Welcome to the forum! 

Did you have a chance to take a few hours to read thru ---> http://www.germanshepherds.com/forum/welcome-gsd-faqs-first-time-owner/162231-how-find-puppy.html the more we know when we talk to the best breeders, the more likely they are to give us their best pups!


----------



## kr16 (Apr 30, 2011)

Here are some facebook pages that have good breeders on them to help you

https://www.facebook.com/groups/137571126295922/

https://www.facebook.com/groups/280366832052632/


----------



## Sunflowers (Feb 17, 2012)

If you are paying money you are buying, not adopting.
I would look elsewhere.


----------



## Mrs.P (Nov 19, 2012)

Are you looking to show or work or pet?


----------



## tallahasseegermanshep (May 4, 2015)

Mainly looking for a pet with working blood lines.
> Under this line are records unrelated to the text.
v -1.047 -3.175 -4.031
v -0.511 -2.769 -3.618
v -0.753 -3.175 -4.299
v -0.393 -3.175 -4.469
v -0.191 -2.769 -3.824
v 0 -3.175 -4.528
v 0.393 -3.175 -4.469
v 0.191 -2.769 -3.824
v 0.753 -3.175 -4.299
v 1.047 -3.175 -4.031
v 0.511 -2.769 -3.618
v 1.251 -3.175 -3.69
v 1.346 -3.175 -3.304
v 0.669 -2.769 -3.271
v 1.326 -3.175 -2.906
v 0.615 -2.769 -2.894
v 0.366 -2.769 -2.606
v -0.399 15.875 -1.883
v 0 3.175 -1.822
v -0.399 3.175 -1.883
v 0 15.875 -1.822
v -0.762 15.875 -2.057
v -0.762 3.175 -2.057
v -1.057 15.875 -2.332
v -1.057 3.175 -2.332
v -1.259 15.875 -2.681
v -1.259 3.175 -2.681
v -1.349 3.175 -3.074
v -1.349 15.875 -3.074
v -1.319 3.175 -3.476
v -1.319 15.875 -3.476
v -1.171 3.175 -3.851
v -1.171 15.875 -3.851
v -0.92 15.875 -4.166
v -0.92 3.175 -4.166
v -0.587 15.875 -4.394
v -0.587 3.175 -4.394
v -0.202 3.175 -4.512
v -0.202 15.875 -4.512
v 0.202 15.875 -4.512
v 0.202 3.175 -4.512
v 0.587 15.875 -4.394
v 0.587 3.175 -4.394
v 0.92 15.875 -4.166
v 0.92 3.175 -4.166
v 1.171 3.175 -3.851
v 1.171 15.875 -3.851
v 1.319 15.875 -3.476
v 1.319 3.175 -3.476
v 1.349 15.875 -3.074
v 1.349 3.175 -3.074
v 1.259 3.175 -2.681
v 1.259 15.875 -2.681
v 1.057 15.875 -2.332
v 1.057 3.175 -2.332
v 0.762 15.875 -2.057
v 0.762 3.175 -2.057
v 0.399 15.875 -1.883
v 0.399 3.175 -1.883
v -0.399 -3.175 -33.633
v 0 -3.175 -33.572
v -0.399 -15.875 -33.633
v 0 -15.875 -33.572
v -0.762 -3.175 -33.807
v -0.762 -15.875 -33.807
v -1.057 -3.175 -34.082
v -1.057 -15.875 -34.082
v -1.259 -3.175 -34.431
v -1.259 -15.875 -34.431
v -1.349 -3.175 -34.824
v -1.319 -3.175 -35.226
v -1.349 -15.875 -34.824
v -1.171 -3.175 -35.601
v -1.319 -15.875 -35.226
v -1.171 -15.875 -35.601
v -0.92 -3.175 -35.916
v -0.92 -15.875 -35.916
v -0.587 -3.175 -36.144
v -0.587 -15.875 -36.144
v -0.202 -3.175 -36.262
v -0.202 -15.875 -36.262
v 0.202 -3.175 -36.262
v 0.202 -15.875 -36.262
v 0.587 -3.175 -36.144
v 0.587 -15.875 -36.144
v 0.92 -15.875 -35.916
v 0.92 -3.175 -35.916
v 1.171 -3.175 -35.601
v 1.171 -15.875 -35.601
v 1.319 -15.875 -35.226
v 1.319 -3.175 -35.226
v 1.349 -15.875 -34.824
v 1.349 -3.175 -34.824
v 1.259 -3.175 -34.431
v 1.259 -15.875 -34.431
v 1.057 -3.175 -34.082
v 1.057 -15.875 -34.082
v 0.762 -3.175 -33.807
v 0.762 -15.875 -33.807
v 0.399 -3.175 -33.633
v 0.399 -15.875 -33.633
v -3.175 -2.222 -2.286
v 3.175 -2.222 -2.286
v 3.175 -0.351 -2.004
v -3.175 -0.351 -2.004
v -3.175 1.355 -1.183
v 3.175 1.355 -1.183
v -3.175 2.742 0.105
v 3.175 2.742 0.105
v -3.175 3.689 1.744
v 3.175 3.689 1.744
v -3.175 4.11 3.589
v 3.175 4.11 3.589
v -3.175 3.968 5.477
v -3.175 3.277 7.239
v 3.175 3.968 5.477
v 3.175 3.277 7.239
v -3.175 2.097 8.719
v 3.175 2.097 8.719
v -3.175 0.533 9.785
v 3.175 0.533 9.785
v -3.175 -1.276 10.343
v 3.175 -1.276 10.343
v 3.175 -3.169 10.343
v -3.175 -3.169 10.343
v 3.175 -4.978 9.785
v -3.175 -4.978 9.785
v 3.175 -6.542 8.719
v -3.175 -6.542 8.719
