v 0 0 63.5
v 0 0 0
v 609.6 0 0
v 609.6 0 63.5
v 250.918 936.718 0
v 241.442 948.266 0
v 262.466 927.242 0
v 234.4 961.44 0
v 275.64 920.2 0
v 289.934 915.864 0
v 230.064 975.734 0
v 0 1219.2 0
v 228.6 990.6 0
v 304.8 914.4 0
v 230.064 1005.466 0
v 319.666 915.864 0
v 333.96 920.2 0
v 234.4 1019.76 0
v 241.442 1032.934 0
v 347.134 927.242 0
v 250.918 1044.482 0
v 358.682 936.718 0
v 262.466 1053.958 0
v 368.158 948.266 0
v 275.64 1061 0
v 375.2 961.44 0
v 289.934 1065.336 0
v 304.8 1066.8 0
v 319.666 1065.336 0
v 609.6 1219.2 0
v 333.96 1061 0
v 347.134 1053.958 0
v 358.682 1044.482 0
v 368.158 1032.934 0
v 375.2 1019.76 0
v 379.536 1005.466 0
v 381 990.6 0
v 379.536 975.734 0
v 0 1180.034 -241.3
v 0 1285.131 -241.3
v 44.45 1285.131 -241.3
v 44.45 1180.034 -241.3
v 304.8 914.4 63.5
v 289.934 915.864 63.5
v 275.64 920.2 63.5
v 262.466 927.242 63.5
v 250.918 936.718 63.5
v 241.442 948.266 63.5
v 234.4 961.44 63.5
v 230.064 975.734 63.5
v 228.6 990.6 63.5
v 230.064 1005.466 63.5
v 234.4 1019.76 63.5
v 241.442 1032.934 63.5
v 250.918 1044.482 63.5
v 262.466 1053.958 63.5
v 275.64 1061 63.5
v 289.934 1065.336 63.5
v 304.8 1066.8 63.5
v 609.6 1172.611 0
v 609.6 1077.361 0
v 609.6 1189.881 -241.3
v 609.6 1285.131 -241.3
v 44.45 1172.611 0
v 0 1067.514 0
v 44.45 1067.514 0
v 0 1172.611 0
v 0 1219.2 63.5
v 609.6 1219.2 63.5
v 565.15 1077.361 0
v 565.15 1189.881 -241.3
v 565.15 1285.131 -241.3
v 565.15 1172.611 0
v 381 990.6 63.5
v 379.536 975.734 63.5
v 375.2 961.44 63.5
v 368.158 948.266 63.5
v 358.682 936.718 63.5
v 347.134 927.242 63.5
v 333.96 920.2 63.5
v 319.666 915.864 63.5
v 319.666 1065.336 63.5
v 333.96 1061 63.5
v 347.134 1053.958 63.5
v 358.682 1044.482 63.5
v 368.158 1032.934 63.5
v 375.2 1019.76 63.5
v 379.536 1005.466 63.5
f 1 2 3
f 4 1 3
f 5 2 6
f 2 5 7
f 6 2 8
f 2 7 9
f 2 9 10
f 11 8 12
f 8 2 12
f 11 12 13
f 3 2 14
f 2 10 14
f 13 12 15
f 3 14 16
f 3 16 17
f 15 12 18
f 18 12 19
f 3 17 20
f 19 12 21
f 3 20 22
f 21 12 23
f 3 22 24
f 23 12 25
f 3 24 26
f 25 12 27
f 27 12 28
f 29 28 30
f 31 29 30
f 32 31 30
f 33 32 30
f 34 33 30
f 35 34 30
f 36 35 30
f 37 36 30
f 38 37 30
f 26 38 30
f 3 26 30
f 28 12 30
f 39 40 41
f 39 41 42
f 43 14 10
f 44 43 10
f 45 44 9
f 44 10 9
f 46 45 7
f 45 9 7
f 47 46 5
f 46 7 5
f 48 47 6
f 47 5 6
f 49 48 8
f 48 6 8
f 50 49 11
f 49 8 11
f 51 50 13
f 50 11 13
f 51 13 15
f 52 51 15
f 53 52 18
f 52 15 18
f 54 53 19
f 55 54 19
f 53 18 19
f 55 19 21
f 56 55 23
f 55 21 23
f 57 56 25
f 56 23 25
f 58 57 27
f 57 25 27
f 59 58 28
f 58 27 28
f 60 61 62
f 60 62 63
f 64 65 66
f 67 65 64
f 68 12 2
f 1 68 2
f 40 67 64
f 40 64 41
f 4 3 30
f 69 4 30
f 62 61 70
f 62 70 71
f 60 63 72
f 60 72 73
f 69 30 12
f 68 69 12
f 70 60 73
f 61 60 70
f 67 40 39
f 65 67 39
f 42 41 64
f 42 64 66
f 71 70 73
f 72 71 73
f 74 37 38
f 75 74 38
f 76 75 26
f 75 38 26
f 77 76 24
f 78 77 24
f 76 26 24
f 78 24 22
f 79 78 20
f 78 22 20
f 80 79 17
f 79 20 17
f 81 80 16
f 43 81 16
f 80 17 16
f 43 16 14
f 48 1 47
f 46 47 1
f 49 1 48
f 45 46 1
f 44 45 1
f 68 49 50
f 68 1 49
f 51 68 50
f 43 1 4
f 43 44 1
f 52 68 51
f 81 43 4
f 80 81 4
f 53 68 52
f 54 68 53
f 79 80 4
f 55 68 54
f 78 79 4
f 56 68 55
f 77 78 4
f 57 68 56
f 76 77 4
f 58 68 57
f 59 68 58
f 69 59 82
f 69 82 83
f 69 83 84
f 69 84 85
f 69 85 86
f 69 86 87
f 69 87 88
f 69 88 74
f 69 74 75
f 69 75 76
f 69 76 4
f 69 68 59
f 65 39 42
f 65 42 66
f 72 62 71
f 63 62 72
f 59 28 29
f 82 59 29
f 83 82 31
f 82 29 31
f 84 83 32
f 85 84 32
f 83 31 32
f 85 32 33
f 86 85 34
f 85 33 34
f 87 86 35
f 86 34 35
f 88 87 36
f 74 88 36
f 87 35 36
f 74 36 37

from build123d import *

# Parameters (mm, degrees)
F1_DEPTH = 63.5
F3_DEPTH = 44.45
F5_DEPTH = 44.45


with BuildPart() as f1:
    # F0 (on Top) → F1 (new body)
    with BuildSketch(Plane.XY):
        with BuildLine():
            Line((0, 1219.2), (0, 990.6))
            Line((0, 990.6), (228.6, 990.6))
            ThreePointArc((228.6, 990.6), (250.918463, 1044.481537), (304.8, 1066.8))
            Line((304.8, 1066.8), (304.8, 1219.2))
            Line((304.8, 1219.2), (0, 1219.2))
        make_face()
        with BuildLine():
            Line((381, 990.6), (609.6, 990.6))
            Line((609.6, 990.6), (609.6, 1219.2))
            Line((609.6, 1219.2), (304.8, 1219.2))
            Line((304.8, 1219.2), (304.8, 1066.8))
            ThreePointArc((304.8, 1066.8), (358.681537, 1044.481537), (381, 990.6))
        make_face()
        with BuildLine():
            Line((304.8, 914.4), (304.8, 0))
            Line((304.8, 0), (609.6, 0))
            Line((609.6, 0), (609.6, 990.6))
            Line((609.6, 990.6), (381, 990.6))
            ThreePointArc((381, 990.6), (358.681537, 936.718463), (304.8, 914.4))
        make_face()
        with BuildLine():
            Line((0, 990.6), (0, 0))
            Line((0, 0), (304.8, 0))
            Line((304.8, 0), (304.8, 914.4))
            ThreePointArc((304.8, 914.4), (250.918463, 936.718463), (228.6, 990.6))
            Line((228.6, 990.6), (0, 990.6))
        make_face()
    extrude(amount=F1_DEPTH)


with BuildPart() as f3:
    # F2 (on face) → F3 (new body)
    with BuildSketch(Plane(origin=(0, 0, 0), x_dir=(0, -1, 0), z_dir=(-1, 0, 0))):
        Polygon((-1067.51379, 0), (-1172.610536, 0), (-1285.130574, -241.3), (-1180.033827, -241.3), align=None)
    extrude(amount=-F3_DEPTH)


with BuildPart() as f5:
    # F4 (on face) → F5 (new body)
    with BuildSketch(Plane.YZ.offset(609.6)):
        Polygon((1172.610536, 0), (1077.360536, 0), (1189.880574, -241.3), (1285.130574, -241.3), align=None)
    extrude(amount=-F5_DEPTH)


solid = Compound([f1.part, f3.part, f5.part])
As I write this I'm learning more about the breed, please bare with me.


----------



## Mrs.P (Nov 19, 2012)

I can understand this is new to you and glad you're doing research but tacking down which lines you are interested (originally asked for Showlines in your initial post now working blood lines") would help greatly with recommendations. That being said I would pass on this breeder. I would rather her get her name/kennel name out via working venues(sport) or conformation shows than just breeding her dogs...just because?


----------



## tallahasseegermanshep (May 4, 2015)

Mrs.P said:


> I can understand this is new to you and glad you're doing research but tacking down which lines you are interested (originally asked for Showlines in your initial post now working blood lines") would help greatly with recommendations. That being said I would pass on this breeder. I would rather her get her name/kennel name out via working venues(sport) or conformation shows than just breeding her dogs...just because?


Originally said show line because thats what the local lady in Tallahassee was offering. After more research I've realized I'm looking for working line bloodlines. Any recommendations are highly appreciated. Thank you


----------



## Mrs.P (Nov 19, 2012)

Are you planning on doing a sport?


----------



## tallahasseegermanshep (May 4, 2015)

Mrs.P said:


> Are you planning on doing a sport?


Yes. IPO


----------



## rtdmmcintyre (Jan 7, 2015)

If you are truly interested in doing IPO contact me. there are no local clubs so it would be nice to try to get something going in the area.


----------



## tallahasseegermanshep (May 4, 2015)

rtdmmcintyre said:


> If you are truly interested in doing IPO contact me. there are no local clubs so it would be nice to try to get something going in the area.


Will do once I find the right breeder, I'm in the process of contacting your friend in Atlanta. I may ride up with you next time you head up there to check out Susi and her other pups.


----------



## tallahasseegermanshep (May 4, 2015)

Pretty much decided on Vom Schweizerhof in Palm City, Florida. Talked to the owner, Danielia, yesterday and she seemed very genuine and intelligent of the breed. She's in the process of breeding V-Eric von der Schnapstanne X Bella Vom Schweizerhof. They're $1800, would someone mind double checking their website for me? Everything seemed legit to me, but I'd love more input. Thanks again for everyone's help!

Bella Litter - Kennel Vom Schweizerhof


----------



## Cr7 (Jul 5, 2015)

Hello,I am also interested in her upcoming litter, did you get any feedback on it?


----------



## Kratos5 (Oct 30, 2015)

I'm curious if either of you purchased from Schweizerhof?


----------